Handing over the mic to artists/musicians who break down their new albums track by track/share the thought process behind the creation. Today we’ll hear from Greg Nieuwsma (Sawak) whose first solo album Travel Log Radio is out now on TQN-aut label.
All the sound sources on this record came from field recordings I made while on travels over the last several years. Some of them were digitally manipulated and mangled, while some of them were left in a more natural form.
Lured by the prospect of good weather and good food, my wife and I have been eyeballing Italy for a while, and a year and a half ago started making occasional exploratory reconnaissance trips. First to Puglia (somewhere around the Achille’s heel), then to the Cinque Terre region (near Pisa).

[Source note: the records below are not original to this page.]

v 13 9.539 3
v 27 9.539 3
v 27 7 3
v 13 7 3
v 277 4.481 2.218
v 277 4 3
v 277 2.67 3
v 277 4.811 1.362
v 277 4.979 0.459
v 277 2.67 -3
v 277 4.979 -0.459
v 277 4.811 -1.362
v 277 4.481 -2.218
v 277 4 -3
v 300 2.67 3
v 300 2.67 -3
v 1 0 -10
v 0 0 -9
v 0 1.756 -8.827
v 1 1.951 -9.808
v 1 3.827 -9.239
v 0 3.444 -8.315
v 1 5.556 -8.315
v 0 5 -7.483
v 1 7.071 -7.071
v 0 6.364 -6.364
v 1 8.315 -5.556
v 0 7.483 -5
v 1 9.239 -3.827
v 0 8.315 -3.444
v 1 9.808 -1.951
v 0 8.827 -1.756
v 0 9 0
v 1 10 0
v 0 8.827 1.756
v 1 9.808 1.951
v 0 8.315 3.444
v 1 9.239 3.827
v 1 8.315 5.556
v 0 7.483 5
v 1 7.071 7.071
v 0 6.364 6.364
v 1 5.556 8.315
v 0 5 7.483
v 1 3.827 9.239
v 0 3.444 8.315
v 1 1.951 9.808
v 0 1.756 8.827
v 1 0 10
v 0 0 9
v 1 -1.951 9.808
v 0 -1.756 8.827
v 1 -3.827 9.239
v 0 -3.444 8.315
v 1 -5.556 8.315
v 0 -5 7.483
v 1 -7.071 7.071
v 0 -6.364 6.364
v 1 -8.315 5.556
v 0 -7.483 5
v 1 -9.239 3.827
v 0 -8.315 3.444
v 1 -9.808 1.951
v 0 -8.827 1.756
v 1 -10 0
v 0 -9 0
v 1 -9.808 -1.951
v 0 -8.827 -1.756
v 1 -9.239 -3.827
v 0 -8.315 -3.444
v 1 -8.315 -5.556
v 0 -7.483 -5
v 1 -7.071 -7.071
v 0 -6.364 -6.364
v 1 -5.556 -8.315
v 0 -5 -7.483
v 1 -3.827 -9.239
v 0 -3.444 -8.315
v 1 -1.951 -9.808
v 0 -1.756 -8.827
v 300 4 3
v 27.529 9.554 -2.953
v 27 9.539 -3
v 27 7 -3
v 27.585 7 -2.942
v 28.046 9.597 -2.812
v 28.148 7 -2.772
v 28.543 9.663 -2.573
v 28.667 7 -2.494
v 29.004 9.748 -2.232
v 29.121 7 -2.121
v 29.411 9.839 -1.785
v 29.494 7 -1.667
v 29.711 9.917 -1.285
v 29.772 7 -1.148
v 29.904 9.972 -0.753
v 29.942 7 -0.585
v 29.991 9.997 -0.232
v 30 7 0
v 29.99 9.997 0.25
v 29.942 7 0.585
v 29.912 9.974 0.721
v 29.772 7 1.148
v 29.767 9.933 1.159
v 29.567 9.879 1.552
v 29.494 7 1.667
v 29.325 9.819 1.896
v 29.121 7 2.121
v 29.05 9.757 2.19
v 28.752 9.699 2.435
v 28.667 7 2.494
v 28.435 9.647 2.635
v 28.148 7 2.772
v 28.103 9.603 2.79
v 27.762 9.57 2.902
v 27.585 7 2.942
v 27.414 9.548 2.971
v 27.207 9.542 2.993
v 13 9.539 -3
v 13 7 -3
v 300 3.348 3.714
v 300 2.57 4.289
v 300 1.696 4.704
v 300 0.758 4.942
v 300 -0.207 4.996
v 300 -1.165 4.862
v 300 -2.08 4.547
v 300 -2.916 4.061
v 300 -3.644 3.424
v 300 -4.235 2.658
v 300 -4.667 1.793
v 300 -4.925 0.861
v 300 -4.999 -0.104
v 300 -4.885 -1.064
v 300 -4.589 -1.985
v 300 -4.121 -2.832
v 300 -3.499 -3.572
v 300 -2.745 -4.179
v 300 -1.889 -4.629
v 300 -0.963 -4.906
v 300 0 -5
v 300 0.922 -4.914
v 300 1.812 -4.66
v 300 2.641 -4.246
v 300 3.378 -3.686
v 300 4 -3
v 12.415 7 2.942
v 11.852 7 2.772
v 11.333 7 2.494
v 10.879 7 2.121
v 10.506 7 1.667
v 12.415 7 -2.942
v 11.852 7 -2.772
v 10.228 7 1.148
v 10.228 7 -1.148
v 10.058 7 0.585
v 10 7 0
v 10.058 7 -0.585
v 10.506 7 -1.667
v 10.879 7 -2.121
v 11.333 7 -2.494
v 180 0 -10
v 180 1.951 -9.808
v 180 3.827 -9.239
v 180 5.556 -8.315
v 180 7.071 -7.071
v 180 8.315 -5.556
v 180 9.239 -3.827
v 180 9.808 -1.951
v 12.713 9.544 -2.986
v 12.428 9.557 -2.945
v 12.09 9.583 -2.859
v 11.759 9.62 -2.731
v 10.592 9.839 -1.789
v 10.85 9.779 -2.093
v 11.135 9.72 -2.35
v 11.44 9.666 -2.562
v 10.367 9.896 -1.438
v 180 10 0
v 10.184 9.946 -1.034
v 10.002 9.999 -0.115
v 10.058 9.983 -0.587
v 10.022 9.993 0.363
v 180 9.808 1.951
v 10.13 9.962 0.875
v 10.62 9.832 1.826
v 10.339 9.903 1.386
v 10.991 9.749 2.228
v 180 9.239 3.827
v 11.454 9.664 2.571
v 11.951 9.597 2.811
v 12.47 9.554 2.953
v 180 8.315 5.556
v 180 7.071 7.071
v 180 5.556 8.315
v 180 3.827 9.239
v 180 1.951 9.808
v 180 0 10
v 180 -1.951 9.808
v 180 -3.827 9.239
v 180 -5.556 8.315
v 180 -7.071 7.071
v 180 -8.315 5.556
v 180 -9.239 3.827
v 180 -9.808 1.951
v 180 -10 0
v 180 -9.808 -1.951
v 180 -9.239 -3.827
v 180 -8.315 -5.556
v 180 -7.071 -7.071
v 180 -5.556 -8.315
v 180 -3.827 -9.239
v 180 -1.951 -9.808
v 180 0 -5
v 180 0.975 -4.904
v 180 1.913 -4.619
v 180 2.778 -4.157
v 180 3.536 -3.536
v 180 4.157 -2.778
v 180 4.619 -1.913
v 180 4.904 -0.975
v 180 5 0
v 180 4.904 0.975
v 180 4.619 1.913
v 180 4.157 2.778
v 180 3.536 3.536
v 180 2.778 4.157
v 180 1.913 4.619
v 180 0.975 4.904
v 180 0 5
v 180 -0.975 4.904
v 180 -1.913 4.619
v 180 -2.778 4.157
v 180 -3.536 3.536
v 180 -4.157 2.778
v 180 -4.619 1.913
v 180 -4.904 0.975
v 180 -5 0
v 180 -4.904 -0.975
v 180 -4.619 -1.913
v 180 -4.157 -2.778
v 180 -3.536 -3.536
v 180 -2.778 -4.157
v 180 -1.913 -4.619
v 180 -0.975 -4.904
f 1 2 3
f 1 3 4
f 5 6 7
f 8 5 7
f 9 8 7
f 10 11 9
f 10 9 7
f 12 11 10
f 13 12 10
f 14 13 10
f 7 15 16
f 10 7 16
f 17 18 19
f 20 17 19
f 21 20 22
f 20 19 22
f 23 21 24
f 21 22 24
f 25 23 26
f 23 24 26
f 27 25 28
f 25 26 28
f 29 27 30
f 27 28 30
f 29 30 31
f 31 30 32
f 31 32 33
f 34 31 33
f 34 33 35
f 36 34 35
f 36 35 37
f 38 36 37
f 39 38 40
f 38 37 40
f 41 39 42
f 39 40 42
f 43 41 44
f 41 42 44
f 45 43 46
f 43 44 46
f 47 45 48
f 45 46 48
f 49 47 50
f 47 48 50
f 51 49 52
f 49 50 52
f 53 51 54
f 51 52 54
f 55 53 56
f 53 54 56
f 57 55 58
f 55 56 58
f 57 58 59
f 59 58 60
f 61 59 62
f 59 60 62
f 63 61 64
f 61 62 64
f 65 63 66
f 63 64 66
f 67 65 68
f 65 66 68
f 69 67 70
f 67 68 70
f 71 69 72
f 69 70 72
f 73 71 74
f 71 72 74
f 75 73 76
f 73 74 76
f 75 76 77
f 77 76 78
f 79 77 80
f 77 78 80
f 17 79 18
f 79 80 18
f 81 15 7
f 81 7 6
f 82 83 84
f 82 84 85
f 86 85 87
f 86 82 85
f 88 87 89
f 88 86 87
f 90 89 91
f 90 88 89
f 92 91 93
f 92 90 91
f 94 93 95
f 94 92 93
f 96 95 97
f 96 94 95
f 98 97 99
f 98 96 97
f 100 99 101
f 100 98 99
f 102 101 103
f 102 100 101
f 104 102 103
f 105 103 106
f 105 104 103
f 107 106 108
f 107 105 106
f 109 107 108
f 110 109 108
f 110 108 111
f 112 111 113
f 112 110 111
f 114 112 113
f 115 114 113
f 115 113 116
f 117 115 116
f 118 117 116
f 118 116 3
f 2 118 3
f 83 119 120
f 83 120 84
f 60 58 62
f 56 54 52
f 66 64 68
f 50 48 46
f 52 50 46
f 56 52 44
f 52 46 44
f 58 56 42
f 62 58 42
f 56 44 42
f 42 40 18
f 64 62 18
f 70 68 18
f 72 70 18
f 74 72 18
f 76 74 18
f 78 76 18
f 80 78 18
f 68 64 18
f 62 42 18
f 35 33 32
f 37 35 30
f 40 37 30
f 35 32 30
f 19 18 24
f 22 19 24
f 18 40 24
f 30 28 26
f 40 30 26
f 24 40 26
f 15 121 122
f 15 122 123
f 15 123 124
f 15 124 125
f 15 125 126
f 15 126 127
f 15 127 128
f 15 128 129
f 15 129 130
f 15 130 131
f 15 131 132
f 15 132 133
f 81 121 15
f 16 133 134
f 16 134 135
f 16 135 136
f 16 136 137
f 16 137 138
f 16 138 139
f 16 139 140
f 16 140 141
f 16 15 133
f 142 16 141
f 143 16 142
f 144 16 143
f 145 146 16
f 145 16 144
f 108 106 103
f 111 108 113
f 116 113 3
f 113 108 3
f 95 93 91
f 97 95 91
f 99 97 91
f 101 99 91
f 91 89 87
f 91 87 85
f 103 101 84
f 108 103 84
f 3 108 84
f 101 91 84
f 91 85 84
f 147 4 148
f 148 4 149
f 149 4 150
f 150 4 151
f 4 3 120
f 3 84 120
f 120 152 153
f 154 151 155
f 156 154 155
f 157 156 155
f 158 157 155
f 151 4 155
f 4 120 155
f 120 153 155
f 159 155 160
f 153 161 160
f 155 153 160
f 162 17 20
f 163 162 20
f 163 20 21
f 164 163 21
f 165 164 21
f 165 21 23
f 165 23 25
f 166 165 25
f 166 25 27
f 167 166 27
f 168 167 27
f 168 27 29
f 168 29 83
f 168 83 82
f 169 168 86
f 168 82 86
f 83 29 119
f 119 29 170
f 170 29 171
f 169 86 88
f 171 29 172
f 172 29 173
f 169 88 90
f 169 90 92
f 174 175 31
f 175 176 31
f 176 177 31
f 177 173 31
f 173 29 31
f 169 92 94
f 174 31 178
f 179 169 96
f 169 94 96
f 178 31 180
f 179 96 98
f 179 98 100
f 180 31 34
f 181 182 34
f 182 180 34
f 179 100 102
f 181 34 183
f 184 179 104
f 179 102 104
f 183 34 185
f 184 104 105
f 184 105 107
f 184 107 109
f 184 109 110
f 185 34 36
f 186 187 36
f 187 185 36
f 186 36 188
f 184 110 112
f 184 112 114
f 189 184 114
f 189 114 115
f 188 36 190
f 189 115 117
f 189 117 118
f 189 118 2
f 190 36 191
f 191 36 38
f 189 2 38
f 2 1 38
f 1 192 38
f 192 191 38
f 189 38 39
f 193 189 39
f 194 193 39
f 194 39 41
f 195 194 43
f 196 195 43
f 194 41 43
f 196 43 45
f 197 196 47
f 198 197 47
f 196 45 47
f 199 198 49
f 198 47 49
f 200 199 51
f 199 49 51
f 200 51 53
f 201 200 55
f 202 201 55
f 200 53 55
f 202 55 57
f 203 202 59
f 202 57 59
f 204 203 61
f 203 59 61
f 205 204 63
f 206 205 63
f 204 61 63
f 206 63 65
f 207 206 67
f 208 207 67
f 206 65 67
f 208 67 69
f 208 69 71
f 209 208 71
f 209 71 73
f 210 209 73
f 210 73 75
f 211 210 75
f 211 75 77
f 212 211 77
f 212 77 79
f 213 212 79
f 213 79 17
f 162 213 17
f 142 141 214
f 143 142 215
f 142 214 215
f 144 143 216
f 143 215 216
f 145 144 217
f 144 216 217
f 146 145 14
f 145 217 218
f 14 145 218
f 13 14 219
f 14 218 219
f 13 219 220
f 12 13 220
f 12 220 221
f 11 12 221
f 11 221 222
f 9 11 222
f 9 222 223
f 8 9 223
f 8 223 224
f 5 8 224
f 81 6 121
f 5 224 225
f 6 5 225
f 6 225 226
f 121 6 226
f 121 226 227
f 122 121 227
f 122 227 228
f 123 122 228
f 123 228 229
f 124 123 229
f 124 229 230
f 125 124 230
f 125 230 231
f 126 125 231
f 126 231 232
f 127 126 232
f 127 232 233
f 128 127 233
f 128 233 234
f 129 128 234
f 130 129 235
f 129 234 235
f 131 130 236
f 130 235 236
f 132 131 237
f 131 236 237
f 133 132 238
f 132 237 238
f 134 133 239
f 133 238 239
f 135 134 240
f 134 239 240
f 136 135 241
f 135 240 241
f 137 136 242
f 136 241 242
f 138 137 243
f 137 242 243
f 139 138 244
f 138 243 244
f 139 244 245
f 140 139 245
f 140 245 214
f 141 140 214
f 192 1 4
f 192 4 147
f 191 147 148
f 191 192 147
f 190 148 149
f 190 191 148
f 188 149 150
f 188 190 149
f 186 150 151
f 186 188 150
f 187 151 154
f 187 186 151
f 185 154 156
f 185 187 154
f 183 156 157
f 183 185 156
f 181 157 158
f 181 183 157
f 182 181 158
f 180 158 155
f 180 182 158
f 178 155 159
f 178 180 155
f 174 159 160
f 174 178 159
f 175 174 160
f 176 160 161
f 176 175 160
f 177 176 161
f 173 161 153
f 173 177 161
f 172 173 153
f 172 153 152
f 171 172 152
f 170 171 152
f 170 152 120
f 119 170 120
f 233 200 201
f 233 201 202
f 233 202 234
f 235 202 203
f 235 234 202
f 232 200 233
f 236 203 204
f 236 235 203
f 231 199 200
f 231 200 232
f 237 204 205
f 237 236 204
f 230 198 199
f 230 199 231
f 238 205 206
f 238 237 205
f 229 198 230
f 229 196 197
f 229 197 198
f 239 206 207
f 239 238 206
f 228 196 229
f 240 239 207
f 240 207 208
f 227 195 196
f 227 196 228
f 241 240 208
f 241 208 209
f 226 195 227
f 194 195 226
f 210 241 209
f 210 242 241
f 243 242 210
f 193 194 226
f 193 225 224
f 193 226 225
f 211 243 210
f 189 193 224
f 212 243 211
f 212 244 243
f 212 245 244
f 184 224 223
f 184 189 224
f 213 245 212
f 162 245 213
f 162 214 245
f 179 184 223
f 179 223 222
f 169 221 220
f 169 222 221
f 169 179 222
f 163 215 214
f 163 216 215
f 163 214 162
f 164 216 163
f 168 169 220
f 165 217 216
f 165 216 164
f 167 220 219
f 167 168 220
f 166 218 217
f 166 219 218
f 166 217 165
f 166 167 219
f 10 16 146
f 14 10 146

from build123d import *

# Parameters (mm, degrees)
SKETCH_1_R          = 10
EXTRUDE_1_DEPTH     = 150
CUT_EXTRUDE_1_DEPTH = 3
CHAMFER_1_SIZE      = 1
SKETCH_3_R          = 10
EXTRUDE_2_DEPTH     = 150
CUT_EXTRUDE_2_DEPTH = 3
CHAMFER_2_SIZE      = 1
CUT_EXTRUDE_START   = -120
SKETCH_5_R          = 10
SKETCH_5_R_2        = 5
CUT_EXTRUDE_3_DEPTH = 120
SKETCH_6_W          = 6
SKETCH_6_H          = 4.078010131
CUT_EXTRUDE_4_DEPTH = 23


with BuildPart() as part:
    # 草图1 → 凸台-拉伸1 (new body)
    with BuildSketch(Plane(origin=(0, 0, 0), x_dir=(0, 0, -1), z_dir=(1, 0, 0))):
        Circle(SKETCH_1_R)
    extrude(amount=EXTRUDE_1_DEPTH)

    # 草图2 → 切除-拉伸1 (cut)
    with BuildSketch(Plane(origin=(0, 10, 0), x_dir=(1, 0, 0), z_dir=(0, 1, 0))):
        with BuildLine():
            Line((13, 3), (27, 3))
            ThreePointArc((27, 3), (30, 0), (27, -3))
            Line((27, -3), (13, -3))
            ThreePointArc((13, -3), (10, 0), (13, 3))
        make_face()
    extrude(amount=-CUT_EXTRUDE_1_DEPTH, mode=Mode.SUBTRACT)

    # 倒角1
    chamfer_1_edges = [part.edges().sort_by_distance(p)[0] for p in [
        (0, 0, 10),
    ]]
    chamfer(chamfer_1_edges, length=CHAMFER_1_SIZE)

    # 草图3 → 凸台-拉伸2 (add)
    with BuildSketch(Plane(origin=(150, 0, 0), x_dir=(0, 0, -1), z_dir=(1, 0, 0))):
        Circle(SKETCH_3_R)
    extrude(amount=EXTRUDE_2_DEPTH)

    # 草图4 → 切除-拉伸2 (cut)
    with BuildSketch(Plane(origin=(0, 10, 0), x_dir=(1, 0, 0), z_dir=(0, 1, 0))):
        with BuildLine():
            Line((273, 3), (287, 3))
            ThreePointArc((287, 3), (290, 0), (287, -3))
            Line((287, -3), (273, -3))
            ThreePointArc((273, -3), (270, 0), (273, 3))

In Lecce there was an African playing kora busking on the street, and a trumpeter played at what looked to be some sort of official civic ceremony or opening. Organs played in churches as people wandered in to play or simply have a look.
Waves lapped at the cost. Down at the seaside we hopped a bus up the mountain to San Bernardino, where the wind rattled through the wires of small cable-cars meant to transport grapes and olives. It was bliss, and both times we left satisfied but not satiated.

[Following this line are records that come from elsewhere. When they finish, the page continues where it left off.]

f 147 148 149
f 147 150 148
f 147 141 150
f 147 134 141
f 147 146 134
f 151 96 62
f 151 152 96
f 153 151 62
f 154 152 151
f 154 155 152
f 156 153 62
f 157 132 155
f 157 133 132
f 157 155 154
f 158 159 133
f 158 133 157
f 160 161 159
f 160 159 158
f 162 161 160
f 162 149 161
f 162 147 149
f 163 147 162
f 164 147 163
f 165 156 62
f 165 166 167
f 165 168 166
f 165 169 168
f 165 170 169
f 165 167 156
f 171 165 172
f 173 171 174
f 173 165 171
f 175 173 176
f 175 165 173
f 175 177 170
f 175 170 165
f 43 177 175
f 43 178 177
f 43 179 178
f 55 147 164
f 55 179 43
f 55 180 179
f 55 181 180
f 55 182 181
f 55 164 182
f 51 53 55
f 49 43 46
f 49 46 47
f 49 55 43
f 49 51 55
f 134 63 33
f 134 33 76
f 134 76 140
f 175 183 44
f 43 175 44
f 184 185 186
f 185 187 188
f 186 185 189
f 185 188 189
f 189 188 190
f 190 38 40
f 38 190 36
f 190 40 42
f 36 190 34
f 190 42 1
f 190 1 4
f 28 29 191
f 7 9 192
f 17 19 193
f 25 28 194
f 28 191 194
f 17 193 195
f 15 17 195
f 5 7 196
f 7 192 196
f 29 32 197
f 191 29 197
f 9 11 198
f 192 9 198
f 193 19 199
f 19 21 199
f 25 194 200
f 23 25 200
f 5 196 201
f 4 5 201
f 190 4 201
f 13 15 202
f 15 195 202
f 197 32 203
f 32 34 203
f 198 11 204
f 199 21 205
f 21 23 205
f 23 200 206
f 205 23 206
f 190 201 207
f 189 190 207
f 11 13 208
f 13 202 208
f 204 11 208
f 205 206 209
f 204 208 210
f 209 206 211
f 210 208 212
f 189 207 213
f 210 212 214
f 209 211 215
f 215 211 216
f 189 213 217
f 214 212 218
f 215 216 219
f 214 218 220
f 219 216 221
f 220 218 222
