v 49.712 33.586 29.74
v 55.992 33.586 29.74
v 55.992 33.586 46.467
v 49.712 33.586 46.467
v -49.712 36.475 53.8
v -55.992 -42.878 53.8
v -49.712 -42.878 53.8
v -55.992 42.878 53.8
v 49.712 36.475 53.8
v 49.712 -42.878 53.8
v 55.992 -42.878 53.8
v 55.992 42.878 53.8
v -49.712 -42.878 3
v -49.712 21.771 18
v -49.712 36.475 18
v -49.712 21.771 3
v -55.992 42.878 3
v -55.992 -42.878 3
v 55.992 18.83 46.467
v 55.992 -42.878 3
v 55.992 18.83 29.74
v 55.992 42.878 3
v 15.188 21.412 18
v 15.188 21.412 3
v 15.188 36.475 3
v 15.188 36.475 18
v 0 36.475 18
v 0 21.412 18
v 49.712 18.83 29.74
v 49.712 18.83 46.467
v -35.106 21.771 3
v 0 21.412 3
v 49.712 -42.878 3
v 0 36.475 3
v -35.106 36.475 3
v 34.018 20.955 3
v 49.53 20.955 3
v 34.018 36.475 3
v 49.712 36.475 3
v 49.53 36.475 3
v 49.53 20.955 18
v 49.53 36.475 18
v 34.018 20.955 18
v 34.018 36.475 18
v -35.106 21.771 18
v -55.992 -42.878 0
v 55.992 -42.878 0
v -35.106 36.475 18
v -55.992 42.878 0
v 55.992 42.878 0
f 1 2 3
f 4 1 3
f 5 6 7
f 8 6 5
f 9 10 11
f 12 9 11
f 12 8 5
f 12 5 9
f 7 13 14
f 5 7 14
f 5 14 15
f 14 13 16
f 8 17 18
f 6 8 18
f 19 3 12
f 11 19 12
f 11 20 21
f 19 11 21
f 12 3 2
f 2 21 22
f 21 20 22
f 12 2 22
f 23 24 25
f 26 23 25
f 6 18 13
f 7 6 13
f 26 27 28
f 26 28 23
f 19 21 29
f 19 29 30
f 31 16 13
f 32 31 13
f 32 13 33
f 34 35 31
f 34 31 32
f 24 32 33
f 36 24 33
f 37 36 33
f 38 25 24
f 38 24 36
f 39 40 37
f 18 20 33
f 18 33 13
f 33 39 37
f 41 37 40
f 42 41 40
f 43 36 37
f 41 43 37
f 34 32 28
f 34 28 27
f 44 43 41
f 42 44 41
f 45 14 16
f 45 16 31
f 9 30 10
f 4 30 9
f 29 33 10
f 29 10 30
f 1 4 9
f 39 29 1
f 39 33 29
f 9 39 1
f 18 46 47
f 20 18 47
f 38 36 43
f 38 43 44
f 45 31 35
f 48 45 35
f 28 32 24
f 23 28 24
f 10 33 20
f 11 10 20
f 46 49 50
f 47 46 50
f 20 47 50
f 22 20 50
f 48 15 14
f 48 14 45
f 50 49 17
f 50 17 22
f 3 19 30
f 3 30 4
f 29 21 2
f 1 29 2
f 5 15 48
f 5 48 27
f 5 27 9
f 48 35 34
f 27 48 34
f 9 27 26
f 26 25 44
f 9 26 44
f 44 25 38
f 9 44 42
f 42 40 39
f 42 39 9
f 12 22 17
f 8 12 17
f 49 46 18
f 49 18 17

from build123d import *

# Parameters (mm, degrees)
F0_W      = 111.984528
F0_H      = 85.756578
F1_DEPTH  = 3
F2_W      = 6.280169
F2_H      = 6.403141
F2_W_2    = 99.42419
F2_H_2    = 79.353437
F3_DEPTH  = 50.8
F4_W      = 14.75576
F4_H      = 16.726847
F5_DEPTH  = 25.4
F6_W      = 15.188249
F6_H      = 15.062956
F7_DEPTH  = 15
F9_W      = 14.695715
F9_H      = 14.967857
F9_W_2    = 15.512146
F9_H_2    = 15.784284
F10_DEPTH = 15


with BuildPart() as f1:
    # F0 (on Top) → F1 (new body)
    with BuildSketch(Plane.XY):
        Rectangle(F0_W, F0_H)
    extrude(amount=F1_DEPTH)

    # F2 (on face) → F3 (join)
    with BuildSketch(Plane.XY.offset(3)):
        with Locations((-52.852179, 39.676718)):
            Rectangle(F2_W, F2_H)
        with Locations((0, 39.676718)):
            Rectangle(F2_W_2, F2_H)
        with Locations((-52.852179, -3.20157)):
            Rectangle(F2_W, F2_H_2)
        with Locations((52.852179, 39.676718)):
            Rectangle(F2_W, F2_H)
        with Locations((52.852179, -3.20157)):
            Rectangle(F2_W, F2_H_2)
    extrude(amount=F3_DEPTH)

    # F4 (on face) → F5 (cut)
    with BuildSketch(Plane.YZ.offset(55.992264)):
        with Locations((26.207732, 38.103093)):
            Rectangle(F4_W, F4_H)
    extrude(amount=-F5_DEPTH, mode=Mode.SUBTRACT)

    # F6 (on face) → F7 (join)
    with BuildSketch(Plane.XY.offset(3)):
        with Locations((7.594124, 28.94367)):
            Rectangle(F6_W, F6_H)
    extrude(amount=F7_DEPTH)

    # F9 (on face) → F10 (join)
    with BuildSketch(Plane.XY.offset(3)):
        with Locations((-42.454285, 29.255357)):
            Rectangle(F9_W, F9_H)
        with Locations((41.773926, 28.847144)):
            Rectangle(F9_W_2, F9_H_2)
    extrude(amount=F10_DEPTH)


solid = f1.part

The first time I went to Morocco was in early 2001; I went with my fiancé. Nine months after we got back, she was my wife and she gave birth to our first son. Fast forward fifteen years—my son was a teen-ager and the two of us went back to the point of origin, so to speak.
To say Marrakech is a feast for the senses would be an understatement; it is an assault. The pulsating center of it all is the Djmaa el F’naa, where in the evening 20 to 30 groups of street musicians belt it out in a plethora of styles. I came in eager anticipation of the gnawa asters strumming their guembris doing call and response with the chorus of krakeb (castanet) players and was not disappointed. But I was also surprised at the presence of other things, like…banjos!?
My son and I ended up in a music store previously visited by the likes of Jimmy Page and Keith Richards, if the legends can be trusted. It was there I bought some krakebs, Sala gave us a quick lesson in gnawa rhythms, and then jammed with my son who was playing Nirvana covers on a small lute while Sala drummed along.
Later in the evening we’d eat tagine and drink mint tea in a roof top restaurant, our meal briefly interrupted by the muezzin’s call from the mosque next door.
It was work that finally brought me to India, though I’d been wanting to go for a long time.
And when they sent me, I scheduled the trip to go to Mumbai at Holi. Eventually I ended up celebrating it with a couple of coworkers and members of the Indian Coast guard and their families, who had kindly invited us to join them. I was a bit hesitant to drink the lassi they offered, but I did, and in the end suffered no ill effects. Most celebrations happened behind fences, where there were drum bands playing. One day I set off to pick up a souvenir, an electric tanpura (which made it onto several Sawak recordings) and coming back to the hotel I had to work my way past a wedding band.
The next year I went back, this time getting the opportunity to go to Kolkata as well. This time I was hoping to bring back a bulbul tarang (an Indian instrument that looks to be the result of a three-way love affair between a lap steel, a sitar and a typewriter). Though my visits to the music shops weren’t fruitful in that respect, I did see a lawnmower size drum machine that had to play loud enough to cover the lawnmower-type engine that powered it.
The guy in the show said it was meant to welcome the faithful to temples. Back in Mumbai, I visited some ancient Buddhist cave-temples where people spontaneously burst into song because of the unique acoustics. As for the infomercials and taxi cabs, well I’d rather not get into that.
I’m American, but I haven’t lived there in over twenty years. Because I live in Poland, I guess I could be called a Polish immigrant, though the migration is the other way around what most Americans would associate with being a Polish immigrant. Still, this context gave my visit to Ellis island a deep resonance. It was raining; the no-nonsense ferry workers quickly and efficiently herded us on to and off of the boat, the stories inside the museum were
riveting, at turns inspiring and heartbreaking. Later I wandered the city: a dance contest on Washington square, a basketball game, a bridge in central part, under which the saxophones resonated in a wholly different way.
After New York, I went to Chicago. I grew up in the Chicago area, so it was a sort of homecoming. Street preachers advised passers-by on how to take a better path. There were street drummers playing on plastic buckets, at the train station speakers beside the platforms broadcast their respective track numbers in order to help the blind.
In a sense, every journey starts with a sort of blindness, and the journey can be judged a good one if at tend your vision has improved. Inside the station an Asian couple was taking wedding photo on the steps, and several groups of Mennonites were waiting around to make their connection. Rail workers offered advice of their own, helping them find the right lines to stand in, pointing them towards the right platform. Everyone had been somewhere,
everyone was going somewhere, and many were there helping each other find their way. A saxophone blew some wistful notes, providing the soundtrack.